**Records from a data source:**
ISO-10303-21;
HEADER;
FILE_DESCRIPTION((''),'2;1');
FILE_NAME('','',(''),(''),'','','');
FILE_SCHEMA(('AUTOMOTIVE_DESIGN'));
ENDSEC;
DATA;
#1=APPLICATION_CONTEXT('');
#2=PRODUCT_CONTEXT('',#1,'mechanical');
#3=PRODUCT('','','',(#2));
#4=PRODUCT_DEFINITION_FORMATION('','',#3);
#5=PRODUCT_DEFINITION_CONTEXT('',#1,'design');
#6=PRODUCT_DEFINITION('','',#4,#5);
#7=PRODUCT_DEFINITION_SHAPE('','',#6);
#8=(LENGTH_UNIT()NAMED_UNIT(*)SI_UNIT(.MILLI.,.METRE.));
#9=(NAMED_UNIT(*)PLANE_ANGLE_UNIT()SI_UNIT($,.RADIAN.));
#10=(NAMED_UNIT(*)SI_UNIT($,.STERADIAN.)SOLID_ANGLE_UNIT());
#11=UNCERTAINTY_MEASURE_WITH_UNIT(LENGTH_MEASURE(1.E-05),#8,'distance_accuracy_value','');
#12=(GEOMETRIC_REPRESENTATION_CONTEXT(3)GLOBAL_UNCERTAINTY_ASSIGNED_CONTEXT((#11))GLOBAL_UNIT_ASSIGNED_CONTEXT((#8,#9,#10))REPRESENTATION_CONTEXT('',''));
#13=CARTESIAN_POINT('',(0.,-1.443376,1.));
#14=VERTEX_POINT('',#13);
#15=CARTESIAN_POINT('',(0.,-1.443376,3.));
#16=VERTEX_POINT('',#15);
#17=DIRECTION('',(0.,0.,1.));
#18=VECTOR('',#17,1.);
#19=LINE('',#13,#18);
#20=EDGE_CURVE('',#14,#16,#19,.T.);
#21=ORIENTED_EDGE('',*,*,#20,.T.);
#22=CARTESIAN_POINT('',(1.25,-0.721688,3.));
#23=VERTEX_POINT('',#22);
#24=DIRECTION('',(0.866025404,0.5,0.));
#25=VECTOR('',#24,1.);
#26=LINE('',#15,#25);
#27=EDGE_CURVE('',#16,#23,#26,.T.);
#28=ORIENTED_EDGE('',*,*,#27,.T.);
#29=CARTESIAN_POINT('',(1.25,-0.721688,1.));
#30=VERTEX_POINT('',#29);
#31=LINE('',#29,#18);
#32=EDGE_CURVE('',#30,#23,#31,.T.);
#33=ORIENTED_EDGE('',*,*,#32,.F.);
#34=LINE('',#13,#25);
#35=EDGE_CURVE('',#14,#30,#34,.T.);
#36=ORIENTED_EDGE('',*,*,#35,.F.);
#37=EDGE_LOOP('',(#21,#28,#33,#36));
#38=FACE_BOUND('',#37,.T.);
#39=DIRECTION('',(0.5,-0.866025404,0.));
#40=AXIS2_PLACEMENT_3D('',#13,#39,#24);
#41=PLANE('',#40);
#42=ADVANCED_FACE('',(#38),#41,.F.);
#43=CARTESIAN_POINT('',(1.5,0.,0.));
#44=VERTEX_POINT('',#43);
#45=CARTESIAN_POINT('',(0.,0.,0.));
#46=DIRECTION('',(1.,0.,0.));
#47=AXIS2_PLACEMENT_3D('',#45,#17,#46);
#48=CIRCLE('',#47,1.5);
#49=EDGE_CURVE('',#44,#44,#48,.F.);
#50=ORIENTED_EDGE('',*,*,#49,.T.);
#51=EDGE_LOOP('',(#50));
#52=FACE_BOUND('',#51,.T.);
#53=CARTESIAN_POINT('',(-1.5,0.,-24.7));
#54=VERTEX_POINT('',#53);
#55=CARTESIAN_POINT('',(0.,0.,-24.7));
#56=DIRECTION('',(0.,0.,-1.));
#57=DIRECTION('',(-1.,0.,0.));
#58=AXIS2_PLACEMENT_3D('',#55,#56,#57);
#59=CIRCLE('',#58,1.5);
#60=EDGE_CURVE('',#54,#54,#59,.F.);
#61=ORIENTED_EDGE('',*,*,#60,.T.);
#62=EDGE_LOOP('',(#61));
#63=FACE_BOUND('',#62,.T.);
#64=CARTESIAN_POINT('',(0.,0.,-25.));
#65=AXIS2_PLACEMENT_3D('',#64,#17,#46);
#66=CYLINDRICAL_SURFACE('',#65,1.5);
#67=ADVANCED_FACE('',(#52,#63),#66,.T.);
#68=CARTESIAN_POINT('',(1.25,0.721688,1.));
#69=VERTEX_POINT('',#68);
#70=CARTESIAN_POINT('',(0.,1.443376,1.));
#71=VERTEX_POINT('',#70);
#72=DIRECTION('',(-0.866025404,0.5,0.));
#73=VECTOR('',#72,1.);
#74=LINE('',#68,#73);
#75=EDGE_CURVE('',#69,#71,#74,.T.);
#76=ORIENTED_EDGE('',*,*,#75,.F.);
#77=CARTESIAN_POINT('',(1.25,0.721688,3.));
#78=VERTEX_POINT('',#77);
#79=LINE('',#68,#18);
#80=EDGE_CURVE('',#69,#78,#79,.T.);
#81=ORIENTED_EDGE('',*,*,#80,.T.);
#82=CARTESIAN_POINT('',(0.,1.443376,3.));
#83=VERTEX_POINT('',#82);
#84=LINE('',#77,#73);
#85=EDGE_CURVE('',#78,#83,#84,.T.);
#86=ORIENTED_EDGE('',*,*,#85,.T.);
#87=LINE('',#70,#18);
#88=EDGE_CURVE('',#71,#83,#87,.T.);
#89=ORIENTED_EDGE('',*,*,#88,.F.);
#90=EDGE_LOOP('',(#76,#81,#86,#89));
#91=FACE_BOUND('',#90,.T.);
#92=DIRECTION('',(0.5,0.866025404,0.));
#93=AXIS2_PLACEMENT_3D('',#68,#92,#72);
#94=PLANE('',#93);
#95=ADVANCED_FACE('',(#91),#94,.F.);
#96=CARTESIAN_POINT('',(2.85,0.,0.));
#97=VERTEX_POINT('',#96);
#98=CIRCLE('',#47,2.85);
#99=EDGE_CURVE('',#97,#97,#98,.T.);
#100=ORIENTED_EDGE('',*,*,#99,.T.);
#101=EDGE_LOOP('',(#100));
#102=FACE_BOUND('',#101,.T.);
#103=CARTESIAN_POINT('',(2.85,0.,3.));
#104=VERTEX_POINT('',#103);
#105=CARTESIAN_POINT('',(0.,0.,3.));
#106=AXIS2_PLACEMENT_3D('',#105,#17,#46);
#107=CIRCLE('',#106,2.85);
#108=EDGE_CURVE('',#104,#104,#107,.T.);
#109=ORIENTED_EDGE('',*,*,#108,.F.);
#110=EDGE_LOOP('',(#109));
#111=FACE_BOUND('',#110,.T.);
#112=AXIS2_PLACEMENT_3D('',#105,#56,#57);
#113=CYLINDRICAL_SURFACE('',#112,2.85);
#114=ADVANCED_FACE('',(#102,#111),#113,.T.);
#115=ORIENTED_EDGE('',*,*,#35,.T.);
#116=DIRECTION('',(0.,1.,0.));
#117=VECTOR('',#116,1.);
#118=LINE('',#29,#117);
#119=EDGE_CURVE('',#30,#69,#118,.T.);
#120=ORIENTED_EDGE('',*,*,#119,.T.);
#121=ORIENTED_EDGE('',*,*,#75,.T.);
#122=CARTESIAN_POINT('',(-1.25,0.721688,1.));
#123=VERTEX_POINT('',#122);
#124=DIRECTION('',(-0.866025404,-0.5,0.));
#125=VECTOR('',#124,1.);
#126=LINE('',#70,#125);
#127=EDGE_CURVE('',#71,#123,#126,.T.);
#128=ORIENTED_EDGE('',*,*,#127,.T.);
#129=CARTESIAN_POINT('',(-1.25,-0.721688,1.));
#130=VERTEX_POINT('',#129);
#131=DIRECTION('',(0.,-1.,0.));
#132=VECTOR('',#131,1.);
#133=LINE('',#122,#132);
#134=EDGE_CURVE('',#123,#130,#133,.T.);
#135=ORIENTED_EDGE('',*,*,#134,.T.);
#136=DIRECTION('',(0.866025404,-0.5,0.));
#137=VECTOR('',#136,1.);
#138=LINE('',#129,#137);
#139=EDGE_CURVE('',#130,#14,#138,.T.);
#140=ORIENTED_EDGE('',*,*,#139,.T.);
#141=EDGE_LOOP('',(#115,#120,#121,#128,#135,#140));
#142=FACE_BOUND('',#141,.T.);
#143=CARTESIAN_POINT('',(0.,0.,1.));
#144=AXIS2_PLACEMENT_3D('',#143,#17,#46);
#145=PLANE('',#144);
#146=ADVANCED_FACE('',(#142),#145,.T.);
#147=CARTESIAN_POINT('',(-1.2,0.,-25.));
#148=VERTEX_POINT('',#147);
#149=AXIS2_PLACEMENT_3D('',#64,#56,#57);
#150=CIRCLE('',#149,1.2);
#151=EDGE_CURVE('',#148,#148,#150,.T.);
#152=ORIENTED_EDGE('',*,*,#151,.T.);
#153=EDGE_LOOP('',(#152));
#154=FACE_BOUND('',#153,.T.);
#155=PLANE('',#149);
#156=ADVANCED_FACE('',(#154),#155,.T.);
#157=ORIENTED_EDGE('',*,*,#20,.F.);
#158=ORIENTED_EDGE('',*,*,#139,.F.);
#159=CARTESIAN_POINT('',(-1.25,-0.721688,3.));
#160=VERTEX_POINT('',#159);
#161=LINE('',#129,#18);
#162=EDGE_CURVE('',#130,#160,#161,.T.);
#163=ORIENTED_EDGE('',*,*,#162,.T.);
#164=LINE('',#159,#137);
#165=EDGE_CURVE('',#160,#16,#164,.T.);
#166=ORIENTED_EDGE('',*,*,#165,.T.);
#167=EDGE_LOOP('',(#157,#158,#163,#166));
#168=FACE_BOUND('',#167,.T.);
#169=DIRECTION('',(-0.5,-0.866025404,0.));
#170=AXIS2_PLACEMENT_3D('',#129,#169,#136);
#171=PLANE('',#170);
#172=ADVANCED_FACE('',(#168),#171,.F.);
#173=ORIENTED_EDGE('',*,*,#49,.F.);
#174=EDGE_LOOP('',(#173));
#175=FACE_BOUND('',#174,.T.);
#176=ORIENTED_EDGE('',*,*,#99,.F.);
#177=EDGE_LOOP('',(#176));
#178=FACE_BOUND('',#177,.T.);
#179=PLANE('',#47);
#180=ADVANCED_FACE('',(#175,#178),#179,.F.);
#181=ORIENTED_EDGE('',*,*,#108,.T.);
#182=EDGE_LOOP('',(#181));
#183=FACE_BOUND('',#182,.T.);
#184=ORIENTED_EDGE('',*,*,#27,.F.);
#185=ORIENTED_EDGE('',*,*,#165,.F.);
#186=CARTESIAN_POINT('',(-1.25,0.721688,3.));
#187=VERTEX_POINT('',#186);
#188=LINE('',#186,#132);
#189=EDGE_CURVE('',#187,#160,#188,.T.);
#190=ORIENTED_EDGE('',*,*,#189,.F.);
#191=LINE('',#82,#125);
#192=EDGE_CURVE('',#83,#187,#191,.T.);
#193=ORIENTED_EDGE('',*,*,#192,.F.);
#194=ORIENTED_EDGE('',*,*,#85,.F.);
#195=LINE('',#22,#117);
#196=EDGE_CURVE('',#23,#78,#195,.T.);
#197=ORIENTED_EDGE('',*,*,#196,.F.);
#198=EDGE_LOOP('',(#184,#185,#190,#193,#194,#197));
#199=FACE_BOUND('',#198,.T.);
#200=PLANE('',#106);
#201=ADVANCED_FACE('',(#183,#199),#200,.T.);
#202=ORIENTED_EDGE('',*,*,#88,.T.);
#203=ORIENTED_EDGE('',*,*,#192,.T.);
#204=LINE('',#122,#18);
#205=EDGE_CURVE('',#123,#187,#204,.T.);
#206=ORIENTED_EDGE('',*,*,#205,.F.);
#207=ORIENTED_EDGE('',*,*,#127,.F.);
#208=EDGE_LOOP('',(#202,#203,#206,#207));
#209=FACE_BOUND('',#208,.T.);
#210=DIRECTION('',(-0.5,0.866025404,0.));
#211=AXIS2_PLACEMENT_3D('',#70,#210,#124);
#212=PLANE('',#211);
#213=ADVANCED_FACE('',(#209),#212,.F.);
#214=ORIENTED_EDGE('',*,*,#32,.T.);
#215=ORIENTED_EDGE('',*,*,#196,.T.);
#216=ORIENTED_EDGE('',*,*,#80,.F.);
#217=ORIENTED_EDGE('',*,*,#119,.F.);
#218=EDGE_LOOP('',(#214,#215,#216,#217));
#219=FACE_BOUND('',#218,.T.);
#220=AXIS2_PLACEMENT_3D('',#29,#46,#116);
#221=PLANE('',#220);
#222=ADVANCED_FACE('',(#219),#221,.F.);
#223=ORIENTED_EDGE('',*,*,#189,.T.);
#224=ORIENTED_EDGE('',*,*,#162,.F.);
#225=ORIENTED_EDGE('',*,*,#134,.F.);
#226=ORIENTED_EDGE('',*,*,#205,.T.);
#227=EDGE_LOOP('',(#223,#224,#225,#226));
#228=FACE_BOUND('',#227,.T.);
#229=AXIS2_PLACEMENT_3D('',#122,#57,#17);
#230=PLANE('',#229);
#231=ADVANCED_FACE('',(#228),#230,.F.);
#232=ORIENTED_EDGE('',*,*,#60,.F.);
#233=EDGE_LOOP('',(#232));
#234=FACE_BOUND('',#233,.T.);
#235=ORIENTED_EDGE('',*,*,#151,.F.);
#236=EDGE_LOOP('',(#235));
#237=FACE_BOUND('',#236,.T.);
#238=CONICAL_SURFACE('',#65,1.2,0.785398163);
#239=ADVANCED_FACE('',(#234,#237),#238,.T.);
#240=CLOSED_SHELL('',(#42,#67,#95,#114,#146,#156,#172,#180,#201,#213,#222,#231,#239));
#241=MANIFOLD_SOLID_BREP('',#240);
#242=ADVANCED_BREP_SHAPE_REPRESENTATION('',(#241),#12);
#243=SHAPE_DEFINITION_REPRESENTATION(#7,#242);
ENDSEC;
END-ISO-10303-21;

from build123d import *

# Parameters (mm, degrees)
SKETCH1_R           = 2.85
BOSS_EXTRUDE1_DEPTH = 3
SKETCH2_R           = 1.5
BOSS_EXTRUDE2_DEPTH = 25
CHAMFER1_SIZE       = 0.3
CUT_EXTRUDE1_DEPTH  = 2


with BuildPart() as part:
    # Sketch1 → Boss-Extrude1 (new body)
    with BuildSketch(Plane.XY):
        Circle(SKETCH1_R)
    extrude(amount=BOSS_EXTRUDE1_DEPTH)

    # Sketch2 → Boss-Extrude2 (add)
    with BuildSketch(Plane(origin=(0, 0, 0), x_dir=(-1, 0, 0), z_dir=(0, 0, -1))):
        Circle(SKETCH2_R)
    extrude(amount=BOSS_EXTRUDE2_DEPTH)

    # Chamfer1
    chamfer1_edges = [part.edges().sort_by_distance(p)[0] for p in [
        (1.5, 0, -25),
    ]]
    chamfer(chamfer1_edges, length=CHAMFER1_SIZE)

    # Sketch3 → Cut-Extrude1 (cut)
    with BuildSketch(Plane.XY.offset(3)):
        Polygon((0, 1.443375673), (-1.25, 0.721687836), (-1.25, -0.721687836), (0, -1.443375673), (1.25, -0.721687836), (1.25, 0.721687836), align=None)
    extrude(amount=-CUT_EXTRUDE1_DEPTH, mode=Mode.SUBTRACT)


solid = part.part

**Description of the task:** Write out, from the lines above, only those from the line with "#203=ORIENTED_EDGE('',*,*,#192,.T.);" to the line with "END-ISO-10303-21;", exactly as given, including the first and the last.

**Solution:**
#203=ORIENTED_EDGE('',*,*,#192,.T.);
#204=LINE('',#122,#18);
#205=EDGE_CURVE('',#123,#187,#204,.T.);
#206=ORIENTED_EDGE('',*,*,#205,.F.);
#207=ORIENTED_EDGE('',*,*,#127,.F.);
#208=EDGE_LOOP('',(#202,#203,#206,#207));
#209=FACE_BOUND('',#208,.T.);
#210=DIRECTION('',(-0.5,0.866025404,0.));
#211=AXIS2_PLACEMENT_3D('',#70,#210,#124);
#212=PLANE('',#211);
#213=ADVANCED_FACE('',(#209),#212,.F.);
#214=ORIENTED_EDGE('',*,*,#32,.T.);
#215=ORIENTED_EDGE('',*,*,#196,.T.);
#216=ORIENTED_EDGE('',*,*,#80,.F.);
#217=ORIENTED_EDGE('',*,*,#119,.F.);
#218=EDGE_LOOP('',(#214,#215,#216,#217));
#219=FACE_BOUND('',#218,.T.);
#220=AXIS2_PLACEMENT_3D('',#29,#46,#116);
#221=PLANE('',#220);
#222=ADVANCED_FACE('',(#219),#221,.F.);
#223=ORIENTED_EDGE('',*,*,#189,.T.);
#224=ORIENTED_EDGE('',*,*,#162,.F.);
#225=ORIENTED_EDGE('',*,*,#134,.F.);
#226=ORIENTED_EDGE('',*,*,#205,.T.);
#227=EDGE_LOOP('',(#223,#224,#225,#226));
#228=FACE_BOUND('',#227,.T.);
#229=AXIS2_PLACEMENT_3D('',#122,#57,#17);
#230=PLANE('',#229);
#231=ADVANCED_FACE('',(#228),#230,.F.);
#232=ORIENTED_EDGE('',*,*,#60,.F.);
#233=EDGE_LOOP('',(#232));
#234=FACE_BOUND('',#233,.T.);
#235=ORIENTED_EDGE('',*,*,#151,.F.);
#236=EDGE_LOOP('',(#235));
#237=FACE_BOUND('',#236,.T.);
#238=CONICAL_SURFACE('',#65,1.2,0.785398163);
#239=ADVANCED_FACE('',(#234,#237),#238,.T.);
#240=CLOSED_SHELL('',(#42,#67,#95,#114,#146,#156,#172,#180,#201,#213,#222,#231,#239));
#241=MANIFOLD_SOLID_BREP('',#240);
#242=ADVANCED_BREP_SHAPE_REPRESENTATION('',(#241),#12);
#243=SHAPE_DEFINITION_REPRESENTATION(#7,#242);
ENDSEC;
END-ISO-10303-21;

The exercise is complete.